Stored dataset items
·····
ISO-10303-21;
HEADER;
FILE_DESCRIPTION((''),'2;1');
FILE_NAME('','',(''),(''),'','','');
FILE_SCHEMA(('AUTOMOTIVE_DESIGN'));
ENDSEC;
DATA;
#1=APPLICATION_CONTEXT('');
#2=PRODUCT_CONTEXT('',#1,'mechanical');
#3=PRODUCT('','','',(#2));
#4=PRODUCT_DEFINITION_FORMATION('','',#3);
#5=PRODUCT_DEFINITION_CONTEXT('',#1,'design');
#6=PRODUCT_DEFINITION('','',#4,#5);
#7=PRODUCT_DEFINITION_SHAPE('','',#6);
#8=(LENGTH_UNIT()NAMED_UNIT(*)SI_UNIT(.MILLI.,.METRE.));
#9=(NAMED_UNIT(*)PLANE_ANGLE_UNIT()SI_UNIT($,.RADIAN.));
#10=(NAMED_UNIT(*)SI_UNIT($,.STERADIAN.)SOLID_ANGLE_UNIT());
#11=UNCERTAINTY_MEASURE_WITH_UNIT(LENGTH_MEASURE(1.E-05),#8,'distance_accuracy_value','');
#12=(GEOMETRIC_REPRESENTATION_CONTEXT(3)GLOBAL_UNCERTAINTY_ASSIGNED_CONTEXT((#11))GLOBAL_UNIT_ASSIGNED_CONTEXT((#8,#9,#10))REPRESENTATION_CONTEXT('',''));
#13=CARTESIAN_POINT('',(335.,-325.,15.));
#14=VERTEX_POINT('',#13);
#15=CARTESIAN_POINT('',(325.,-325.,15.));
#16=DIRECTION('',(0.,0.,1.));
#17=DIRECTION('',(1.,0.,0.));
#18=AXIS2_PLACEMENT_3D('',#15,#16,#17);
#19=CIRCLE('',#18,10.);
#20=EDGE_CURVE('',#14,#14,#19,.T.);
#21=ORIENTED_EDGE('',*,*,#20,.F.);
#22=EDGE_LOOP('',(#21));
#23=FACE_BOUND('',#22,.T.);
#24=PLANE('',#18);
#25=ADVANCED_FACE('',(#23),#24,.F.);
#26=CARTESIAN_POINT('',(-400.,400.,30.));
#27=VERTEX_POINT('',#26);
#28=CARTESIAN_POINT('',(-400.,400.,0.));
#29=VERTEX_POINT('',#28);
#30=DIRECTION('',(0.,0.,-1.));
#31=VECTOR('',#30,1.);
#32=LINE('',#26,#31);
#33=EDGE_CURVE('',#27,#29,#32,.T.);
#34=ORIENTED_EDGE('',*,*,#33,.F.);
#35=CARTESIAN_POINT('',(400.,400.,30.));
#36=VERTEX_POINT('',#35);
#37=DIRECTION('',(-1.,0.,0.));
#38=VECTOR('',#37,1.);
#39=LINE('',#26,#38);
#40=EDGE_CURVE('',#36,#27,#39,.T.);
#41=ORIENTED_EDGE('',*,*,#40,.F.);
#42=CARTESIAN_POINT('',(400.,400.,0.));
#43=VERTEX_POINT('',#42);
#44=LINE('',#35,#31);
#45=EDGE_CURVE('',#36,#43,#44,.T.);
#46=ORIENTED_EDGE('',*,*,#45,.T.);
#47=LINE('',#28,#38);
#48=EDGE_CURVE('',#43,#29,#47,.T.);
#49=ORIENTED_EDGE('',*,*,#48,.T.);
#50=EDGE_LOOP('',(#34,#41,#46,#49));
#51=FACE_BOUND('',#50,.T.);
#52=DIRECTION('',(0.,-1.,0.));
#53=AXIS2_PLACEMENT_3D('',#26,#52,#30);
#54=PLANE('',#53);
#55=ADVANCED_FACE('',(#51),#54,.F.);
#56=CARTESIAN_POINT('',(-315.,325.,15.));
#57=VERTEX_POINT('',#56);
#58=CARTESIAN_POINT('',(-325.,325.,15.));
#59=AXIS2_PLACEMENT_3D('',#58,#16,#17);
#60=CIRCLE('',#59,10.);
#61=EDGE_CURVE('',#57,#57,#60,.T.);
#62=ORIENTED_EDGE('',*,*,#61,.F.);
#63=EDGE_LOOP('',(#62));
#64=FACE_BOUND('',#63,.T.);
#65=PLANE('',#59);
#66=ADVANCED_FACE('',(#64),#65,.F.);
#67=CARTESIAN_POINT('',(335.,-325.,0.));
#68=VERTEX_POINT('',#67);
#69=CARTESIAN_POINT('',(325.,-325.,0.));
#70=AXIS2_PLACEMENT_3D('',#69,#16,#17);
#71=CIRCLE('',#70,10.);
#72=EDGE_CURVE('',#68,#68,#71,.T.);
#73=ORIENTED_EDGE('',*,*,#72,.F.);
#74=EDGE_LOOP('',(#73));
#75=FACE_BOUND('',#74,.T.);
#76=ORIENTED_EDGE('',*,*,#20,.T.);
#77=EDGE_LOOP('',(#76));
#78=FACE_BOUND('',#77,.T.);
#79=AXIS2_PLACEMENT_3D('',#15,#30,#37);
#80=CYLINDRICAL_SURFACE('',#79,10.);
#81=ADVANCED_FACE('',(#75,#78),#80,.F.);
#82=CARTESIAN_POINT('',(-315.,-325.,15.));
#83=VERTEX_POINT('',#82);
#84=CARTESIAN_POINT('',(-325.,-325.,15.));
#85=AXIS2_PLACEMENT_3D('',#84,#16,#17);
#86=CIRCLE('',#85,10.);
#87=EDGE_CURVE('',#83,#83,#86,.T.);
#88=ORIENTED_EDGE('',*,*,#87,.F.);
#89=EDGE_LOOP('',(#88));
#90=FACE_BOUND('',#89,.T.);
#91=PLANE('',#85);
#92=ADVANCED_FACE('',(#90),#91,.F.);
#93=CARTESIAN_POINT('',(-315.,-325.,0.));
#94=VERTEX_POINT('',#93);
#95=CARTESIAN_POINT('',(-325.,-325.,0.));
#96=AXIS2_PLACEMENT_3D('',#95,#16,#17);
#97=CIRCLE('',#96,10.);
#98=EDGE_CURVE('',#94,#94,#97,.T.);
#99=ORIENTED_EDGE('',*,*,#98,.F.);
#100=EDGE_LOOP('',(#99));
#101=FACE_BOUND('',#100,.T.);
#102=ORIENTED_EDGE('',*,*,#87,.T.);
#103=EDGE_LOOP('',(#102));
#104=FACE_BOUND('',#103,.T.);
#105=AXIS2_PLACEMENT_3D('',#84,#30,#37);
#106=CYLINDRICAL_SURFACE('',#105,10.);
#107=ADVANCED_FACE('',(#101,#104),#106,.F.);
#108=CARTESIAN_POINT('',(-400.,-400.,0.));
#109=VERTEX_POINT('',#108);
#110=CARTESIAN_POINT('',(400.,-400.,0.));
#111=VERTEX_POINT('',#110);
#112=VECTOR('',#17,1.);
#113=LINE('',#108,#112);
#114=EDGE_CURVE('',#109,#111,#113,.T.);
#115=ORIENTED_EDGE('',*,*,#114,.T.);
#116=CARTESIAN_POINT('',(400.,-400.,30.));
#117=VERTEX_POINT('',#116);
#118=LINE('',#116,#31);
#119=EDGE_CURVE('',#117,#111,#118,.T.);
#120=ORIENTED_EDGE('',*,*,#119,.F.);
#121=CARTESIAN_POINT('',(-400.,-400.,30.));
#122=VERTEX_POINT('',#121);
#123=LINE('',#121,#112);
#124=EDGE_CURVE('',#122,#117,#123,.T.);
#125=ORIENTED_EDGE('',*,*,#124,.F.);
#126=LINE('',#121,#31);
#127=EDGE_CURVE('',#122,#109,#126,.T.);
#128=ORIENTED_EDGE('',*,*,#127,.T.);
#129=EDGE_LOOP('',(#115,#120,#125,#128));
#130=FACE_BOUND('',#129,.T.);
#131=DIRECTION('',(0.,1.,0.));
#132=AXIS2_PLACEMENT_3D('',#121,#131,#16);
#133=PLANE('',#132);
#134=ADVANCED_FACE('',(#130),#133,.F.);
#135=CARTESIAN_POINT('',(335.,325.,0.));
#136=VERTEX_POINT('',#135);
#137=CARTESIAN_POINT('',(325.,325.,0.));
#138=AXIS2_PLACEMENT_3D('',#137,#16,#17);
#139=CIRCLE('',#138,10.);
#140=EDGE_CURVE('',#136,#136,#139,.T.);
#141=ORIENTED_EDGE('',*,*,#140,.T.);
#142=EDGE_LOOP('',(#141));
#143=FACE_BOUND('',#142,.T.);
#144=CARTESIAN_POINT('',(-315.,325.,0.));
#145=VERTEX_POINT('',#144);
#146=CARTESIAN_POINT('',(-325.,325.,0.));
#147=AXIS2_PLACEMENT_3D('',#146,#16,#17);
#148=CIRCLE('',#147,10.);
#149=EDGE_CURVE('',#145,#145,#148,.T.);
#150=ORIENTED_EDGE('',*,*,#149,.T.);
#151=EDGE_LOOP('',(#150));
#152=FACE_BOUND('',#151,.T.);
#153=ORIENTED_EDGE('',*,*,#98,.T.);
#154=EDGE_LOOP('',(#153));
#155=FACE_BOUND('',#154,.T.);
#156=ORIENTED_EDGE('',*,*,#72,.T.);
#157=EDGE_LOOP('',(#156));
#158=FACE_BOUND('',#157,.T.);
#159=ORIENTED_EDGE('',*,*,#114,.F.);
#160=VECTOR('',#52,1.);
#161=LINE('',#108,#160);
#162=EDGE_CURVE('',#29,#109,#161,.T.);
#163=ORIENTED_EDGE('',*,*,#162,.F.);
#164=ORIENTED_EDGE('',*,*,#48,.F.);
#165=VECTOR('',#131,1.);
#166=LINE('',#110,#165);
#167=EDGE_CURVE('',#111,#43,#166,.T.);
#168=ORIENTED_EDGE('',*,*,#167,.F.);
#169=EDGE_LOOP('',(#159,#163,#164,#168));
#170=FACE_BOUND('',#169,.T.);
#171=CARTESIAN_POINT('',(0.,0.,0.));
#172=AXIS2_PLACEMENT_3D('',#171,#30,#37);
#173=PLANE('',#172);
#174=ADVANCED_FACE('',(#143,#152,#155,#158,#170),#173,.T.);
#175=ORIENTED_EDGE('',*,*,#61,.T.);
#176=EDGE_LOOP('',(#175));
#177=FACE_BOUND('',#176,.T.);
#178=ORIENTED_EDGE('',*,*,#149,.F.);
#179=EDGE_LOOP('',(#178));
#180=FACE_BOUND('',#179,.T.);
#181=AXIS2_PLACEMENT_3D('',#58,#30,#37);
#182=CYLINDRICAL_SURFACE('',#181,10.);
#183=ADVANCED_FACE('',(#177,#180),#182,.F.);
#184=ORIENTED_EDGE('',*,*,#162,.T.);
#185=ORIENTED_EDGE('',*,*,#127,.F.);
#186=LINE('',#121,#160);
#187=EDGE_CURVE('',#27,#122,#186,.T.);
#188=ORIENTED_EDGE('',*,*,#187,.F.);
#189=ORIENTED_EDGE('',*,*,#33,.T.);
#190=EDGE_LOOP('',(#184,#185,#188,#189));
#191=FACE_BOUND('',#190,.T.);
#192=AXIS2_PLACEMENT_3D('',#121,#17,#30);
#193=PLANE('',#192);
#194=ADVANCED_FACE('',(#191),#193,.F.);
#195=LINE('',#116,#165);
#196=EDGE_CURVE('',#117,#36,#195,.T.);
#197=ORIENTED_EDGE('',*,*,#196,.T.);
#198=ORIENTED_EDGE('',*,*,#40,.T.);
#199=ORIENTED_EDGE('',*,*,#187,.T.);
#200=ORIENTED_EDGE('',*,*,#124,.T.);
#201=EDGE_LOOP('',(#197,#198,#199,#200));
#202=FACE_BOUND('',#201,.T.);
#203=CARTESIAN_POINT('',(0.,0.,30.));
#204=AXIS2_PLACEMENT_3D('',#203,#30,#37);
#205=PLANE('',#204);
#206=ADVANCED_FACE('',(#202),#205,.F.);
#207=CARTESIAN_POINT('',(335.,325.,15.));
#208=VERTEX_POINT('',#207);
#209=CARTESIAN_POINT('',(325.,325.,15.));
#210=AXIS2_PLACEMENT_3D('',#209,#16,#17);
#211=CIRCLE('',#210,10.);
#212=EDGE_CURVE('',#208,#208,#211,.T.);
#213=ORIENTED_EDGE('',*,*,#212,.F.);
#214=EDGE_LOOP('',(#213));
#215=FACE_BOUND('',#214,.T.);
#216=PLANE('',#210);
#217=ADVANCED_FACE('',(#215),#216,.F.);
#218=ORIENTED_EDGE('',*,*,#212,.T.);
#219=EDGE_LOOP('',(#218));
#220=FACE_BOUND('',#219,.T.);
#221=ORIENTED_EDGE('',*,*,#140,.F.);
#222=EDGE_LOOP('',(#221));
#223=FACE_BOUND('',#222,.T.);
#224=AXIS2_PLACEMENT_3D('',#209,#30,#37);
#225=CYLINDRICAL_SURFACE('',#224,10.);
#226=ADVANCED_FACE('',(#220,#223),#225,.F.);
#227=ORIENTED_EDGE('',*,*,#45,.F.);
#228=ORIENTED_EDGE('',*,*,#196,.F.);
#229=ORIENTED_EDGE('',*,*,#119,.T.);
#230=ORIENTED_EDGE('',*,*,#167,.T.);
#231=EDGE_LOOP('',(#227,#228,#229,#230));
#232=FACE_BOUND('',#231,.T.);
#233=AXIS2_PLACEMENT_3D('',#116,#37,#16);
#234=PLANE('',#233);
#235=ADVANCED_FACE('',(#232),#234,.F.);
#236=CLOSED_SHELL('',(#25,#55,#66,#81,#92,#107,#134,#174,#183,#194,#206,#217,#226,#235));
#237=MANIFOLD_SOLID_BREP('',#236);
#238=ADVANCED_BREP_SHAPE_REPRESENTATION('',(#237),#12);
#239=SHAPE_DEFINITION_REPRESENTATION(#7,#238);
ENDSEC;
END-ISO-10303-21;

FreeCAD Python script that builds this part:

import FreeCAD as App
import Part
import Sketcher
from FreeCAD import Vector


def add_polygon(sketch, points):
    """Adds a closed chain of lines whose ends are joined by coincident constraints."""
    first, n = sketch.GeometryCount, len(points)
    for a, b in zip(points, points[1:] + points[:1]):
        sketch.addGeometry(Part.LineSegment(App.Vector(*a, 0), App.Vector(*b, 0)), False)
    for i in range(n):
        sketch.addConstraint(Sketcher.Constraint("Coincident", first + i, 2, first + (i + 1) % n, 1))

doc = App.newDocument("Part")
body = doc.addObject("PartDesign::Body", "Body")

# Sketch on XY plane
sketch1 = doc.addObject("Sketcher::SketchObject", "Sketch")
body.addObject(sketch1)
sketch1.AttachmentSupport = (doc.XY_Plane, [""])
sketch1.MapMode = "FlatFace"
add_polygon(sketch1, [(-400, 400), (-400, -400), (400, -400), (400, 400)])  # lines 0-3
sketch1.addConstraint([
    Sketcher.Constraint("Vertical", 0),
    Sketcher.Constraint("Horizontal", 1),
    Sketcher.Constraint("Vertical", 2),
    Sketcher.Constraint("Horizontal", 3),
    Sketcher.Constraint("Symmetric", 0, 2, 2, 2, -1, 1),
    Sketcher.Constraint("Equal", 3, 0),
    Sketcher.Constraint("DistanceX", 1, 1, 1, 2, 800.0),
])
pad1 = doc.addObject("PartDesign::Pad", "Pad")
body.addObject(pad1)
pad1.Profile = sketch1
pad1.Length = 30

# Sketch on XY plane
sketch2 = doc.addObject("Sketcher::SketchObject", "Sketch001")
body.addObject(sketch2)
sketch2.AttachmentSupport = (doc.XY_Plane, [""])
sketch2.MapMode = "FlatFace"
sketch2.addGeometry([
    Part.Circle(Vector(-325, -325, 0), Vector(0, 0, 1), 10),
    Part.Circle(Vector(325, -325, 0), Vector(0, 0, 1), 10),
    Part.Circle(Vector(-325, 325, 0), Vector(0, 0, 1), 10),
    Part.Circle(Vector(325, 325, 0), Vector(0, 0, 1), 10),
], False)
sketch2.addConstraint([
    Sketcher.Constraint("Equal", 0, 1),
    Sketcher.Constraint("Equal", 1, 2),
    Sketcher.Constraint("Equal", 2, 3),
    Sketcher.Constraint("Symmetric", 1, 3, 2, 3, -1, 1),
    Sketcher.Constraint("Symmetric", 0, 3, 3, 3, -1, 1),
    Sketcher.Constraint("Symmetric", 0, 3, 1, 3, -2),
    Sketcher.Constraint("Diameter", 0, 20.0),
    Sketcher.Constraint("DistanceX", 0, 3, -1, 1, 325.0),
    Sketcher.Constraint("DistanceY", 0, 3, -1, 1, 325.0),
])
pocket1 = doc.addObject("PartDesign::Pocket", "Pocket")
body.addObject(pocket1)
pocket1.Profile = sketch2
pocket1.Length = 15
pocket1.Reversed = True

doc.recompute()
·····
> TASK DESCRIPTION:
Out of the data above, transcribe exactly and only the lines starting with the line that has "#189=ORIENTED_EDGE('',*,*,#33,.T.);" and going on through the line that has "#195=LINE('',#116,#165);", both included.

> TASK SOLUTION:
#189=ORIENTED_EDGE('',*,*,#33,.T.);
#190=EDGE_LOOP('',(#184,#185,#188,#189));
#191=FACE_BOUND('',#190,.T.);
#192=AXIS2_PLACEMENT_3D('',#121,#17,#30);
#193=PLANE('',#192);
#194=ADVANCED_FACE('',(#191),#193,.F.);
#195=LINE('',#116,#165);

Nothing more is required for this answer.